Action item:
Within the material below, locate the line with "e56 v46 v32 LINE" and the line with "e72 v26 v52 LINE", then return those two lines and all lines between them, exactly as written.

*** Exercise inputs Section Begins ***

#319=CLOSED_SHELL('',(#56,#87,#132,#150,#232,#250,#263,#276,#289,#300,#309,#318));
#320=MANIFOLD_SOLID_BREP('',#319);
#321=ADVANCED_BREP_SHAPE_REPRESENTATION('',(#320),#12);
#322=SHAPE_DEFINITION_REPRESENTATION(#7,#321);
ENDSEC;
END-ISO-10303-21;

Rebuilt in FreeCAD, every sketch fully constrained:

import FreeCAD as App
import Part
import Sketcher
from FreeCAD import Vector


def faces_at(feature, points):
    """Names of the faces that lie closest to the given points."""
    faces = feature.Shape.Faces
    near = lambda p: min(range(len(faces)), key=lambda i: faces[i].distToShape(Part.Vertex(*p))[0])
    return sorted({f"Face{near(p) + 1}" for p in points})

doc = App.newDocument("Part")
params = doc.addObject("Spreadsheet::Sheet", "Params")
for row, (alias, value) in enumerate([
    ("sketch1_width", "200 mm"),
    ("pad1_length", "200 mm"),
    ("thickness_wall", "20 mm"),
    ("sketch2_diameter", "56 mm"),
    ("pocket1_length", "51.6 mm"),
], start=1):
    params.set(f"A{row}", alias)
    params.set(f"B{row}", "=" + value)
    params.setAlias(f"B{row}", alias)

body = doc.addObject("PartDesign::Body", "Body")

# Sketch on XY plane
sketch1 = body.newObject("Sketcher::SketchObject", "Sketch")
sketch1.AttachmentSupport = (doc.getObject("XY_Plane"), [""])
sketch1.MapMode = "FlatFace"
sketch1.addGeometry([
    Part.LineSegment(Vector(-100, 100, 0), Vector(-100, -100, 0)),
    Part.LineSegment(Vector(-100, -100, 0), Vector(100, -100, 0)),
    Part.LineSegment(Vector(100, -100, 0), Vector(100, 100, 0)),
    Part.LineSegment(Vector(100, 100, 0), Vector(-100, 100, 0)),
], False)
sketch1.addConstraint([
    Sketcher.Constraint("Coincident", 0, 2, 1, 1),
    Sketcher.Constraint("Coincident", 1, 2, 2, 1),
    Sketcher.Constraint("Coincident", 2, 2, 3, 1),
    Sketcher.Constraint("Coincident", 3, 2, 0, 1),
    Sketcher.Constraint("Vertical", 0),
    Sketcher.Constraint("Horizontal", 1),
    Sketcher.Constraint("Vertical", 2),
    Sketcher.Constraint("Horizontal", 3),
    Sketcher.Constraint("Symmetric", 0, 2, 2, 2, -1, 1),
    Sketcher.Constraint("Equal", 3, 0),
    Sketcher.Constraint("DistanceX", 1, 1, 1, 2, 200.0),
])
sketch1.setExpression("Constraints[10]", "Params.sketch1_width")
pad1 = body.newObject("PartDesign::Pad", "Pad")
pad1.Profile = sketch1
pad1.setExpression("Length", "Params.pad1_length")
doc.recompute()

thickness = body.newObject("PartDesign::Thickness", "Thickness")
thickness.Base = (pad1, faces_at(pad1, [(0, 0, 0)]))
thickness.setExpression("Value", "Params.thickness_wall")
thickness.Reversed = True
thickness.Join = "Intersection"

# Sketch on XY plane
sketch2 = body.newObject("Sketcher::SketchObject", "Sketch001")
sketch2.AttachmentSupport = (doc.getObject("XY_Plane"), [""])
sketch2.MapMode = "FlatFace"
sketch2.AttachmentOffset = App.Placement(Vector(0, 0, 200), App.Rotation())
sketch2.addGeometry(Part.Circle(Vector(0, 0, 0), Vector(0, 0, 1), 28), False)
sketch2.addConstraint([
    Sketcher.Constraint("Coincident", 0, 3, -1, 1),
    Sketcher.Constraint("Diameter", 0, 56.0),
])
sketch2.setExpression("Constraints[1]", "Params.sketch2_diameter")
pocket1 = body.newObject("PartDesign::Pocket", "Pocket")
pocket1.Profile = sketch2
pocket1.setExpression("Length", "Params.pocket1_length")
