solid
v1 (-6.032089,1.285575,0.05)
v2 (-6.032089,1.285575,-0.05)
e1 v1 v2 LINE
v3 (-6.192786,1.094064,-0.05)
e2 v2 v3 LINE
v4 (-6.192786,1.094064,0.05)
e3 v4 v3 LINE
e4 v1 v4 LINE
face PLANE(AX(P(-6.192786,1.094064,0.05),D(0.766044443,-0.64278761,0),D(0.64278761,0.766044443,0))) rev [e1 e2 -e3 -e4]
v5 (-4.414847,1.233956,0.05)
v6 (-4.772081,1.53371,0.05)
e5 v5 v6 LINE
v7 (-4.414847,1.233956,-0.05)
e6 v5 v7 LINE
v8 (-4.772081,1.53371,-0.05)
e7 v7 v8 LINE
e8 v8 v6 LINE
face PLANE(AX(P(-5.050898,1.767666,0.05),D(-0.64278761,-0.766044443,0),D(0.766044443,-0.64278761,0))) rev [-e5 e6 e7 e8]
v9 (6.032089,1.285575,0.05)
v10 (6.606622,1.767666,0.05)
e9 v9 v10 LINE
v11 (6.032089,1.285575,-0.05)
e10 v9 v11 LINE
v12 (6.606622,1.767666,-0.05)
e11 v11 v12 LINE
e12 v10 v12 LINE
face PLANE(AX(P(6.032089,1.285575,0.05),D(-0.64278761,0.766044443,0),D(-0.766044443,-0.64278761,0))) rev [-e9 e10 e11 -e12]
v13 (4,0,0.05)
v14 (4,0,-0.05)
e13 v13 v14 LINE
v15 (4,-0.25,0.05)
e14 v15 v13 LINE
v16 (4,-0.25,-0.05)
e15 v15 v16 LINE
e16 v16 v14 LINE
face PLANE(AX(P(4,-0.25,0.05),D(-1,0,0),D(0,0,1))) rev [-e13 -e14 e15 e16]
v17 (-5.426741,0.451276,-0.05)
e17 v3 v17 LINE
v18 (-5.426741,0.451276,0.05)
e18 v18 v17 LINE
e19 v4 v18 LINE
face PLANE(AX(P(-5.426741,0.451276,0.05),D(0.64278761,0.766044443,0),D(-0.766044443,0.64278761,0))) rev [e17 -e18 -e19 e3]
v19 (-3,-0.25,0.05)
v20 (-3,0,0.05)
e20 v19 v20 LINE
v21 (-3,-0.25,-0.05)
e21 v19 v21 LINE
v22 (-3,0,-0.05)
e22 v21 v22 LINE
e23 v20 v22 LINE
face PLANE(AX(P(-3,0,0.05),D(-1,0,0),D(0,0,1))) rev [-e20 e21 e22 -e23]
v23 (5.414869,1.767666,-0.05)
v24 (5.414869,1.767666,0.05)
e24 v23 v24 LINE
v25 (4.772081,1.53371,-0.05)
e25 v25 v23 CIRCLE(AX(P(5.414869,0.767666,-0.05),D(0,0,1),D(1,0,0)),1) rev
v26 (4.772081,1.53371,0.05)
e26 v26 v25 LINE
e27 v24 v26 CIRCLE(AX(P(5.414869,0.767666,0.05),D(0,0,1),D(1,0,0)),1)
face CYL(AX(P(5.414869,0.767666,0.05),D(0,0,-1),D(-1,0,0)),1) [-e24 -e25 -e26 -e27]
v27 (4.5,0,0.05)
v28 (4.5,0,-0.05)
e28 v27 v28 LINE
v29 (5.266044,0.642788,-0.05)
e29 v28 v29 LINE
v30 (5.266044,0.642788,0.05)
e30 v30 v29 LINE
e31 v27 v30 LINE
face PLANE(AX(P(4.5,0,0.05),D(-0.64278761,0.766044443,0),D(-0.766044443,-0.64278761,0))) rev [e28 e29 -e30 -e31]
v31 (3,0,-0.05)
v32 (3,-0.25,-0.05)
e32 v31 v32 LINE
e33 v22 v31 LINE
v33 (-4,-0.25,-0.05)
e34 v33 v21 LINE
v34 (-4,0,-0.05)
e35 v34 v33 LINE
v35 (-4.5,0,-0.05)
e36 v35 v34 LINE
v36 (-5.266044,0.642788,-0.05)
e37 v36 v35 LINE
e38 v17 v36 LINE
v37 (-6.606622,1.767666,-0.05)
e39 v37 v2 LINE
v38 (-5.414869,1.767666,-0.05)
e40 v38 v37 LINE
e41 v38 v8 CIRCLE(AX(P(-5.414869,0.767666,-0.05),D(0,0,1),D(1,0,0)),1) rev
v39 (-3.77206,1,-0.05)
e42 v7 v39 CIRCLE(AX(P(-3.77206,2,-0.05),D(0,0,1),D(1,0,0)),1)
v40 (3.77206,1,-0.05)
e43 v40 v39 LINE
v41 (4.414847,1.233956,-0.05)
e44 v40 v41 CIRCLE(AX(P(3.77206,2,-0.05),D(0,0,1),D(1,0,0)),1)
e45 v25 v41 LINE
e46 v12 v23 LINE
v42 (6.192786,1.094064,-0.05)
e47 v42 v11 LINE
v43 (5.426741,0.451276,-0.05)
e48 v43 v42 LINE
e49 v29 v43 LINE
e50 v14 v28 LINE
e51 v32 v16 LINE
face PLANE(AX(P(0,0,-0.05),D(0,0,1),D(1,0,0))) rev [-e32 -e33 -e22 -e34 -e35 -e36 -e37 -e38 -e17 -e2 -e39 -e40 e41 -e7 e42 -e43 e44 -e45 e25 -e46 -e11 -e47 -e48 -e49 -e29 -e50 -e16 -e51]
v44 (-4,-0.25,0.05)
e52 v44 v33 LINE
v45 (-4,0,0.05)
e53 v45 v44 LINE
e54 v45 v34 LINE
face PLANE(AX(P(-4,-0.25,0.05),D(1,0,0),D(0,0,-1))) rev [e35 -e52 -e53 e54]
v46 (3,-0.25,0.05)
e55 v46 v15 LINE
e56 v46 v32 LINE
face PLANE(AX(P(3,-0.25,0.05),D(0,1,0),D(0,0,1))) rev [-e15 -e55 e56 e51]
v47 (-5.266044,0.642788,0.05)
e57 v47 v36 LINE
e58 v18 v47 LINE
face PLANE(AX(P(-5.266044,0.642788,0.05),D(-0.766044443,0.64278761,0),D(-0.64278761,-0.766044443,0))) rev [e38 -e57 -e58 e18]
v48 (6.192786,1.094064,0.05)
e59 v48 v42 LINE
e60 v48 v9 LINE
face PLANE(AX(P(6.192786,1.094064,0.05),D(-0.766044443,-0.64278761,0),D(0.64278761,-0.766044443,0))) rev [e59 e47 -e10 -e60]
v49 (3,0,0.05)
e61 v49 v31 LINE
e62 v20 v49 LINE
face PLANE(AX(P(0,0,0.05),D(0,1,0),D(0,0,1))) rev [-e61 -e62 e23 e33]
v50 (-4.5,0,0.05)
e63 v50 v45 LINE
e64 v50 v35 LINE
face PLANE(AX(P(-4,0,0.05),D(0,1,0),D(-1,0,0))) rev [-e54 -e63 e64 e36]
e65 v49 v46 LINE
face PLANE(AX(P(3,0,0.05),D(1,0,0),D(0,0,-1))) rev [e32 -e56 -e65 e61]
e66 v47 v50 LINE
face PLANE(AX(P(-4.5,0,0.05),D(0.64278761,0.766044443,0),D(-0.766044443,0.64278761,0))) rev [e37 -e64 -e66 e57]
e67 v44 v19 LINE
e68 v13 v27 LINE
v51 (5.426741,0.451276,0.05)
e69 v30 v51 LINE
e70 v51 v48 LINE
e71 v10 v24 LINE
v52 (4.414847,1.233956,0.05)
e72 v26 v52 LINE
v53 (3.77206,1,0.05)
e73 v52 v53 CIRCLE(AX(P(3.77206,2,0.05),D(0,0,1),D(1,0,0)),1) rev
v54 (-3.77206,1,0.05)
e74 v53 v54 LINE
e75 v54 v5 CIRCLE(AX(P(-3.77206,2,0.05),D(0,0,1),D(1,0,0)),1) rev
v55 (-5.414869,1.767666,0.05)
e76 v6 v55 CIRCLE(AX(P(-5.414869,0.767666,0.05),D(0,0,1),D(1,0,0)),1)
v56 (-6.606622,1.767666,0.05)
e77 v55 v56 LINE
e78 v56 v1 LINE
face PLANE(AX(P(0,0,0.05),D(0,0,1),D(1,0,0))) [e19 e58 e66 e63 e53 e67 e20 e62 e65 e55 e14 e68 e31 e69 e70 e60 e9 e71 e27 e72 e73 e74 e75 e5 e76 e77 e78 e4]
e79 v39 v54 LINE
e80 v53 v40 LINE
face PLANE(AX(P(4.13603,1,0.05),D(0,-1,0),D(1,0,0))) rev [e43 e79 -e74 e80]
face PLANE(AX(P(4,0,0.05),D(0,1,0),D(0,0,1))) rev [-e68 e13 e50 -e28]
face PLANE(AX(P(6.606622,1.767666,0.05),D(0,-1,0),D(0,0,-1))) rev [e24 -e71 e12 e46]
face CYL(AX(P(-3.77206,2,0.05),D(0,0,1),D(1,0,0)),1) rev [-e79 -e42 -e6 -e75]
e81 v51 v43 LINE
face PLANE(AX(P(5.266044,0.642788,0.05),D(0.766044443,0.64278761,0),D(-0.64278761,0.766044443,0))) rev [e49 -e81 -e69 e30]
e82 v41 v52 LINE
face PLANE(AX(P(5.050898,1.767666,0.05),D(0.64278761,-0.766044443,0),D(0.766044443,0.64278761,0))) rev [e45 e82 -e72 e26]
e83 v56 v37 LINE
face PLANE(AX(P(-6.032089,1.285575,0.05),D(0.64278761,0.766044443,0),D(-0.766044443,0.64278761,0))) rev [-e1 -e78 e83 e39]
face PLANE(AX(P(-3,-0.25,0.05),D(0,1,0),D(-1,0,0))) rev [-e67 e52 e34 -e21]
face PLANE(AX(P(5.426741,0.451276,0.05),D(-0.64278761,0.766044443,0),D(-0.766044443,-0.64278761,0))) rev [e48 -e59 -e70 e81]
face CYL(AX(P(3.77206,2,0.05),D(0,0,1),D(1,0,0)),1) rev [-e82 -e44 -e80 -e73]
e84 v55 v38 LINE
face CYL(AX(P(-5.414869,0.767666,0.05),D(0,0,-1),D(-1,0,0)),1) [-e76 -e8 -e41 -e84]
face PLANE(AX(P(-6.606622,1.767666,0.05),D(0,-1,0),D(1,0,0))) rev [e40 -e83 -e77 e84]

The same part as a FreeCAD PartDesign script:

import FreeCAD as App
import Part
import Sketcher
from FreeCAD import Vector
Q = App.Units.Quantity


def edges_at(feature, points):
    """Names of the edges that pass closest to the given points."""
    edges = feature.Shape.Edges
    near = lambda p: min(range(len(edges)), key=lambda i: edges[i].distToShape(Part.Vertex(*p))[0])
    return sorted({f"Edge{near(p) + 1}" for p in points})


def add_polygon(sketch, points):
    """Adds a closed chain of lines whose ends are joined by coincident constraints."""
    first, n = sketch.GeometryCount, len(points)
    for a, b in zip(points, points[1:] + points[:1]):
        sketch.addGeometry(Part.LineSegment(App.Vector(*a, 0), App.Vector(*b, 0)), False)
    for i in range(n):
        sketch.addConstraint(Sketcher.Constraint("Coincident", first + i, 2, first + (i + 1) % n, 1))

doc = App.newDocument("Part")
body = doc.addObject("PartDesign::Body", "Body")

# Sketch on XY plane
sketch1 = body.newObject("Sketcher::SketchObject", "Sketch")
sketch1.AttachmentSupport = (doc.getObject("XY_Plane"), [""])
sketch1.MapMode = "FlatFace"
add_polygon(sketch1, [(3, 0), (3, -0.25), (4, -0.25), (4, 0), (4.5, 0), (5.27, 0.64), (5.43, 0.45), (6.19, 1.09), (6.03, 1.29), (6.61, 1.77), (5.05, 1.77), (4.14, 1), (-4.14, 1), (-5.05, 1.77), (-6.61, 1.77), (-6.03, 1.29), (-6.19, 1.09), (-5.43, 0.45), (-5.27, 0.64), (-4.5, 0), (-4, 0), (-4, -0.25), (-3, -0.25), (-3, 0)])  # lines 0-23
sketch1.addConstraint([
    Sketcher.Constraint("Vertical", 0),
    Sketcher.Constraint("Horizontal", 1),
    Sketcher.Constraint("Vertical", 2),
    Sketcher.Constraint("Horizontal", 3),
    Sketcher.Constraint("Horizontal", 9),
    Sketcher.Constraint("Horizontal", 11),
    Sketcher.Constraint("Horizontal", 13),
    Sketcher.Constraint("Horizontal", 19),
    Sketcher.Constraint("Vertical", 20),
    Sketcher.Constraint("Horizontal", 21),
    Sketcher.Constraint("Vertical", 22),
    Sketcher.Constraint("Horizontal", 23),
    Sketcher.Constraint("Symmetric", 3, 2, 18, 2, -1, 1),
    Sketcher.Constraint("Symmetric", 22, 2, 23, 2, -1, 1),
    Sketcher.Constraint("Symmetric", 9, 2, 12, 2, -2),
    Sketcher.Constraint("Symmetric", 7, 2, 14, 2, -2),
    Sketcher.Constraint("Symmetric", 6, 2, 15, 2, -2),
    Sketcher.Constraint("Symmetric", 5, 2, 16, 2, -2),
    Sketcher.Constraint("Symmetric", 4, 2, 17, 2, -2),
    Sketcher.Constraint("Symmetric", 2, 2, 19, 2, -2),
    Sketcher.Constraint("Perpendicular", 4, 5),
    Sketcher.Constraint("Perpendicular", 5, 6),
    Sketcher.Constraint("Perpendicular", 6, 7),
    Sketcher.Constraint("Perpendicular", 7, 8),
    Sketcher.Constraint("Parallel", 8, 10),
    Sketcher.Constraint("Parallel", 12, 14),
    Sketcher.Constraint("Perpendicular", 14, 15),
    Sketcher.Constraint("Horizontal", 1, 2, 20, 2),
    Sketcher.Constraint("Equal", 4, 6),
    Sketcher.Constraint("Equal", 5, 7),
    Sketcher.Constraint("DistanceX", 1, 1, 1, 2, 1.0),
    Sketcher.Constraint("DistanceX", 23, 1, 23, 2, 6.0),
    Sketcher.Constraint("Angle", 4, Q("40 deg")),
    Sketcher.Constraint("Distance", 4, 1.0),
    Sketcher.Constraint("DistanceX", 3, 1, 3, 2, 0.5),
    Sketcher.Constraint("DistanceY", -1, 1, 10, 2, 1.0),
    Sketcher.Constraint("DistanceY", 0, 2, 0, 1, 0.25),
    Sketcher.Constraint("Distance", 5, 0.25),
    Sketcher.Constraint("Distance", 8, 0.75),
    Sketcher.Constraint("DistanceX", 11, 2, 11, 1, 8.27206),
])
pad1 = body.newObject("PartDesign::Pad", "Pad")
pad1.Profile = sketch1
pad1.Length = 0.1
pad1.Midplane = True
doc.recompute()

fillet = body.newObject("PartDesign::Fillet", "Fillet")
fillet.Base = (pad1, edges_at(pad1, [
    (-5.051, 1.768, 0),
    (-4.136, 1, 0),
    (4.136, 1, 0),
    (5.051, 1.768, 0),
]))
fillet.Radius = 1

doc.recompute()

*** Exercise inputs Section Ends ***

Completed task:
e56 v46 v32 LINE
face PLANE(AX(P(3,-0.25,0.05),D(0,1,0),D(0,0,1))) rev [-e15 -e55 e56 e51]
v47 (-5.266044,0.642788,0.05)
e57 v47 v36 LINE
e58 v18 v47 LINE
face PLANE(AX(P(-5.266044,0.642788,0.05),D(-0.766044443,0.64278761,0),D(-0.64278761,-0.766044443,0))) rev [e38 -e57 -e58 e18]
v48 (6.192786,1.094064,0.05)
e59 v48 v42 LINE
e60 v48 v9 LINE
face PLANE(AX(P(6.192786,1.094064,0.05),D(-0.766044443,-0.64278761,0),D(0.64278761,-0.766044443,0))) rev [e59 e47 -e10 -e60]
v49 (3,0,0.05)
e61 v49 v31 LINE
e62 v20 v49 LINE
face PLANE(AX(P(0,0,0.05),D(0,1,0),D(0,0,1))) rev [-e61 -e62 e23 e33]
v50 (-4.5,0,0.05)
e63 v50 v45 LINE
e64 v50 v35 LINE
face PLANE(AX(P(-4,0,0.05),D(0,1,0),D(-1,0,0))) rev [-e54 -e63 e64 e36]
e65 v49 v46 LINE
face PLANE(AX(P(3,0,0.05),D(1,0,0),D(0,0,-1))) rev [e32 -e56 -e65 e61]
e66 v47 v50 LINE
face PLANE(AX(P(-4.5,0,0.05),D(0.64278761,0.766044443,0),D(-0.766044443,0.64278761,0))) rev [e37 -e64 -e66 e57]
e67 v44 v19 LINE
e68 v13 v27 LINE
v51 (5.426741,0.451276,0.05)
e69 v30 v51 LINE
e70 v51 v48 LINE
e71 v10 v24 LINE
v52 (4.414847,1.233956,0.05)
e72 v26 v52 LINE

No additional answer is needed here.